> _What to work on_
Take the entries that follow and return exactly the lines from the one holding "f 151 150 152" through the one holding "f 179 178 177", both included. Nothing else is needed.

(Beginning of Provided information)

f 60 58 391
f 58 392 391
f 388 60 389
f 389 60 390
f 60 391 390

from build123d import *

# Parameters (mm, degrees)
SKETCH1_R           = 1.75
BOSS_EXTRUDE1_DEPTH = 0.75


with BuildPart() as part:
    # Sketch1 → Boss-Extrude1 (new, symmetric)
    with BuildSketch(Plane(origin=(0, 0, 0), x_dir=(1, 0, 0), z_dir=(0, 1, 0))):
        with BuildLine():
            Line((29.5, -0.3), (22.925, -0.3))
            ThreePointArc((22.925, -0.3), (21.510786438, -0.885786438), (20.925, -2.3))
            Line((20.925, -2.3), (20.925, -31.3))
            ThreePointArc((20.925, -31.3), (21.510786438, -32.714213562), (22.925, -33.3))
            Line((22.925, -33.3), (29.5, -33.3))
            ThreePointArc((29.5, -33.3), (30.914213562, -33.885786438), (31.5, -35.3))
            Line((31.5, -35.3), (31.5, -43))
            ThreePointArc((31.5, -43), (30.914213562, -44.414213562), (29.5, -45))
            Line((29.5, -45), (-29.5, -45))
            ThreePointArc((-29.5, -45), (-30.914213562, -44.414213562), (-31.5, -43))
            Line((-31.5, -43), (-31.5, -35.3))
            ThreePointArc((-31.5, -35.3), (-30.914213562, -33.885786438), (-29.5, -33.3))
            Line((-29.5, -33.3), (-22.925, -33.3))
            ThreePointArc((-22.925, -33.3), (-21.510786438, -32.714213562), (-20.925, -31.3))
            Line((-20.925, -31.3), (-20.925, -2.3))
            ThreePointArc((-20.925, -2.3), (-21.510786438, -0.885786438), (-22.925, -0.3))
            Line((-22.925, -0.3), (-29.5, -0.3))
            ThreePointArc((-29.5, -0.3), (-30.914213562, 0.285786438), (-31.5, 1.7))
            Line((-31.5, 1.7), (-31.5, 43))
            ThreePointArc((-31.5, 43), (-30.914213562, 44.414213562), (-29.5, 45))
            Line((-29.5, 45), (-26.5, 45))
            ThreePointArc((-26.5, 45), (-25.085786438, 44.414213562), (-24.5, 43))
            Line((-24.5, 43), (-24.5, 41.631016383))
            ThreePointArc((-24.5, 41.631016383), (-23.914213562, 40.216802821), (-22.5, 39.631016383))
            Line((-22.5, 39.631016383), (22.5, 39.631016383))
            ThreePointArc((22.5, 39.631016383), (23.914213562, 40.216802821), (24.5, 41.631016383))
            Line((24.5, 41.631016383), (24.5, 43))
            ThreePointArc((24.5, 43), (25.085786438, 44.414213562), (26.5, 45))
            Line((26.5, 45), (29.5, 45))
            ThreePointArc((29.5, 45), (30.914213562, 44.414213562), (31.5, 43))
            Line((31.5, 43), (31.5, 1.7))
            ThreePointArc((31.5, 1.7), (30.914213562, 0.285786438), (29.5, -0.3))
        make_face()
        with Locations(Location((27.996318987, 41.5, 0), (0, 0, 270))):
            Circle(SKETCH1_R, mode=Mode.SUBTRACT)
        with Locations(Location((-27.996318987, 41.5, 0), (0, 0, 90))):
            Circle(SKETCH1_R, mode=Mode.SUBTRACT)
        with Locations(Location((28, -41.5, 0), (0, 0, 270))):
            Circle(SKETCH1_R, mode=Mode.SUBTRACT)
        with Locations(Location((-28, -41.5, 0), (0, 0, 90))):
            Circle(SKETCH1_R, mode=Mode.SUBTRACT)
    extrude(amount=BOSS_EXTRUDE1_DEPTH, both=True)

(End of Provided information)
(Beginning of Provided information)

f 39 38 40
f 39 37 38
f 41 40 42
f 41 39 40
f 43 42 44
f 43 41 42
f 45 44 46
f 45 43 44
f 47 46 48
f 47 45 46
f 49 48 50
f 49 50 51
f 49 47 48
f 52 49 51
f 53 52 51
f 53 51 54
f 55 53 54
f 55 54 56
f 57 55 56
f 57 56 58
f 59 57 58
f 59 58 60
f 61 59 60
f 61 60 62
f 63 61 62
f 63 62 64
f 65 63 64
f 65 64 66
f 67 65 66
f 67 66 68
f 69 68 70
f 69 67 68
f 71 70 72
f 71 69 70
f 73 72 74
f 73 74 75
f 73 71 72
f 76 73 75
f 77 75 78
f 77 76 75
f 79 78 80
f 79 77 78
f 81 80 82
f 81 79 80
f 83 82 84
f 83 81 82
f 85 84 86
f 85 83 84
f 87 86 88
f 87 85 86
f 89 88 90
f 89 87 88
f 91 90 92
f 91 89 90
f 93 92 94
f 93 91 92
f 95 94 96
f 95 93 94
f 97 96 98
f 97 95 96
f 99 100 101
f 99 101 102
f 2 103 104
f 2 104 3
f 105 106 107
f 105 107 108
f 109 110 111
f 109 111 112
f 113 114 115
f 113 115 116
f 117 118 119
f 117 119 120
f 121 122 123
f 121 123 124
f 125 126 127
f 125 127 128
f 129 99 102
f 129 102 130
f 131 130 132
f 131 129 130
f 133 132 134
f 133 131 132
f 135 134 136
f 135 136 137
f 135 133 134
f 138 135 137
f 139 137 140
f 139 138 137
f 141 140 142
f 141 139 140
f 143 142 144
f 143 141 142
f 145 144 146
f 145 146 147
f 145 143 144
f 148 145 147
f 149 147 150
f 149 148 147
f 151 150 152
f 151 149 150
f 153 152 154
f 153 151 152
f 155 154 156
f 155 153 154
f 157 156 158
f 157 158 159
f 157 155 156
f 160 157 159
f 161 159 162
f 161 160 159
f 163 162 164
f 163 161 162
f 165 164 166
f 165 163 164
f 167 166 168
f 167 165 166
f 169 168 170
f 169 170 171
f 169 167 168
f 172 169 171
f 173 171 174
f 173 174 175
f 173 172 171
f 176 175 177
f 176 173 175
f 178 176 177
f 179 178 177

(End of Provided information)

> _Solution to the exercise_
f 151 150 152
f 151 149 150
f 153 152 154
f 153 151 152
f 155 154 156
f 155 153 154
f 157 156 158
f 157 158 159
f 157 155 156
f 160 157 159
f 161 159 162
f 161 160 159
f 163 162 164
f 163 161 162
f 165 164 166
f 165 163 164
f 167 166 168
f 167 165 166
f 169 168 170
f 169 170 171
f 169 167 168
f 172 169 171
f 173 171 174
f 173 174 175
f 173 172 171
f 176 175 177
f 176 173 175
f 178 176 177
f 179 178 177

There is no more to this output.